As for Matsushita, it is hoping the new program will attract a higher caliber of job applicant. “One of our frustrations has been that we can’t recruit above-average students so easily,” Murayama said. “The traditional pay system is regarded as limiting to creativity, so those creative people we want to attract look elsewhere for a job.”
The new retirement program gives recruits a choice of three plans. They can, as Takamatsu did, opt to have pension benefits paid out to them as they go; they can have a portion paid out and leave a portion under the company’s administration, or they can choose the traditional, lump-sum-on-retirement system.
Even in the traditional system, workers normally get a partial payment if they leave a company before retirement, but job switching has been rare and, with lifetime employment the norm, openings scarce. And while Matsushita guarantees a respectable 7.5 percent return on workers’ retirement money, some employees think they can do better.
Tomohiko Hasegawa, who graduated from Meiji University this year with a law degree, chose the conventional system. It’s not that Hasegawa, a 23-year-old lawyer hoping for an international posting with Matsushita in the future, isn’t interested in managing his own money. But he figures he can do that by setting aside a portion of his salary.

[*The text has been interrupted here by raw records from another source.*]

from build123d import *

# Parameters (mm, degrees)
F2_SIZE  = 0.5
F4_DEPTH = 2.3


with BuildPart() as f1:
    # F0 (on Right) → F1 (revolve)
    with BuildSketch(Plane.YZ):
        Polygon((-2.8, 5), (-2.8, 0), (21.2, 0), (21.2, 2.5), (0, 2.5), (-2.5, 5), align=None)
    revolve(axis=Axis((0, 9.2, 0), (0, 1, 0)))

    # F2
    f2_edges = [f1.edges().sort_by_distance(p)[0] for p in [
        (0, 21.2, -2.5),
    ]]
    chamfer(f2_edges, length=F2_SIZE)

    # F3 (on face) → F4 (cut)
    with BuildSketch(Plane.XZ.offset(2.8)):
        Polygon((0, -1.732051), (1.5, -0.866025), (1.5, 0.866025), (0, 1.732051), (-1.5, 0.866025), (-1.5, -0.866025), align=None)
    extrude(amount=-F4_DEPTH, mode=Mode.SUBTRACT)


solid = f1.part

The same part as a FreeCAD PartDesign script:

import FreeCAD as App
import Part
import Sketcher
from FreeCAD import Vector
Q = App.Units.Quantity


def edges_at(feature, points):
    """Names of the edges that pass closest to the given points."""
    edges = feature.Shape.Edges
    near = lambda p: min(range(len(edges)), key=lambda i: edges[i].distToShape(Part.Vertex(*p))[0])
    return sorted({f"Edge{near(p) + 1}" for p in points})


def add_polygon(sketch, points):
    """Adds a closed chain of lines whose ends are joined by coincident constraints."""
    first, n = sketch.GeometryCount, len(points)
    for a, b in zip(points, points[1:] + points[:1]):
        sketch.addGeometry(Part.LineSegment(App.Vector(*a, 0), App.Vector(*b, 0)), False)
    for i in range(n):
        sketch.addConstraint(Sketcher.Constraint("Coincident", first + i, 2, first + (i + 1) % n, 1))

doc = App.newDocument("Part")
body = doc.addObject("PartDesign::Body", "Body")

sketch1 = doc.addObject("Sketcher::SketchObject", "Sketch")
body.addObject(sketch1)
sketch1.AttachmentSupport = (doc.YZ_Plane, [""])
sketch1.MapMode = "FlatFace"
add_polygon(sketch1, [(-2.8, 5), (-2.8, 0), (21.2, 0), (21.2, 2.5), (0, 2.5), (-2.5, 5)])
sketch1.addConstraint(Sketcher.Constraint("Vertical", 0))
sketch1.addConstraint(Sketcher.Constraint("Horizontal", 1))
sketch1.addConstraint(Sketcher.Constraint("Vertical", 2))
sketch1.addConstraint(Sketcher.Constraint("Horizontal", 3))
sketch1.addConstraint(Sketcher.Constraint("Horizontal", 5))
sketch1.addConstraint(Sketcher.Constraint("PointOnObject", 0, 2, -1))
sketch1.addConstraint(Sketcher.Constraint("PointOnObject", 3, 2, -2))
sketch1.addConstraint(Sketcher.Constraint("DistanceX", 1, 1, 1, 2, Q("24 mm")))
sketch1.addConstraint(Sketcher.Constraint("DistanceY", 0, 2, 0, 1, Q("5 mm")))
sketch1.addConstraint(Sketcher.Constraint("Angle", 4, Q("135 deg")))
sketch1.addConstraint(Sketcher.Constraint("DistanceX", 3, 2, 3, 1, Q("21.2 mm")))
sketch1.addConstraint(Sketcher.Constraint("DistanceX", 5, 2, 5, 1, Q("0.3 mm")))
revolution = doc.addObject("PartDesign::Revolution", "Revolution")
body.addObject(revolution)
revolution.Profile = sketch1
revolution.ReferenceAxis = (sketch1, ["H_Axis"])
revolution.Angle = 360
doc.recompute()

chamfer = doc.addObject("PartDesign::Chamfer", "Chamfer")
body.addObject(chamfer)
chamfer.Base = (revolution, edges_at(revolution, [(0, 21.2, -2.5)]))
chamfer.Size = 0.5

sketch2 = doc.addObject("Sketcher::SketchObject", "Sketch001")
body.addObject(sketch2)
sketch2.AttachmentSupport = (doc.XZ_Plane, [""])
sketch2.MapMode = "FlatFace"
sketch2.AttachmentOffset = App.Placement(Vector(0, 0, 2.8), App.Rotation())
add_polygon(sketch2, [(0, -1.7), (1.5, -0.9), (1.5, 0.9), (0, 1.7), (-1.5, 0.9), (-1.5, -0.9)])
sketch2.addConstraint(Sketcher.Constraint("Vertical", 1))
sketch2.addConstraint(Sketcher.Constraint("Vertical", 4))
sketch2.addConstraint(Sketcher.Constraint("Symmetric", 0, 2, 3, 2, -1, 1))
sketch2.addConstraint(Sketcher.Constraint("Symmetric", 2, 2, 5, 2, -1, 1))
sketch2.addConstraint(Sketcher.Constraint("PointOnObject", 2, 2, -2))
sketch2.addConstraint(Sketcher.Constraint("Parallel", 2, 5))
sketch2.addConstraint(Sketcher.Constraint("Horizontal", 1, 2, 3, 2))
sketch2.addConstraint(Sketcher.Constraint("Angle", 0, Q("30.000017 deg")))
sketch2.addConstraint(Sketcher.Constraint("DistanceX", 3, 2, 1, 2, Q("3 mm")))
sketch2.addConstraint(Sketcher.Constraint("DistanceY", 1, 1, 1, 2, Q("1.73205 mm")))
pocket1 = doc.addObject("PartDesign::Pocket", "Pocket")
body.addObject(pocket1)
pocket1.Profile = sketch2
pocket1.Length = 2.3

doc.recompute()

“I have no plans to switch jobs, so why shouldn’t I participate in the company plan,” he said. “I’m planning to stay for a long time.” Much to Matsushita’s surprise, however, 39 percent of its new employees opted for the non-traditional plans.
Many of them were women like Yuka Kitadai, 22, who often do not view their careers as lifetime endeavors. Kitadai, who graduated from Keio University, chose the plan that pays her the retirement allowance portion of her total benefits package but allows her to participate in programs for housing loans and other company-sponsored investment options.
“I want to be able to use it now,” she said. “I thought I could invest it myself or use it to travel and learn some other languages on my own.” While she’s aware that as a novice to investing, she may lose the money, Kitadai said she was prepared to take that chance. She does not expect to be laid off, but she wants to be ready just in case.
“One of the reasons I want to start learning another language is because I think I’m going to have to protect myself with my own skills,” Kitadai said. “That way even if I got laid off by Matsushita, I could use my skills to find another job.”
Kitadai was among the 31 percent of new employees who opted for “Plan B,” which pays out retirement allowances along with the semiannual bonus but allows participants to invest in various company savings plans at attractive rates, take part in the company’s stock purchase plan and qualify for special loans for their children’s education and scholarships. Under that plan, a new employee who makes less than $1,478 a month would receive $597 a year in retirement pay.
“Plan A,” the more radical of the company’s three retirement plans, was selected by 8 percent of new employees, who had to have a specialty like law or engineering to qualify; such people would presumably have more job options in the future. They chose to forgo participation in company savings, housing and stock programs in exchange for additional compensation: a new employee earning less than $1,478 a month gets $1,418 a year in advance retirement payments.
Like Kitadai, Shinichi Yamane, a graduate of Ohio State University, opted for Plan B. He liked it because it offered him the chance for some extra cash but also protected a bit of his future by allowing him to participate in various company benefits.
Yamane, a 28-year-old electrical engineer, will join the semiconductor development division when his initial training is finished. He said he planned to use the additional money that will come with his first bonus on a new stereo, clothes, perhaps even a car.
Like Yamane, Takamatsu agreed that his choice, Plan A, raised the stakes for him considerably, but he was sanguine. “There are no guarantees anymore here,” he said. “I have to take responsibility for my own future.”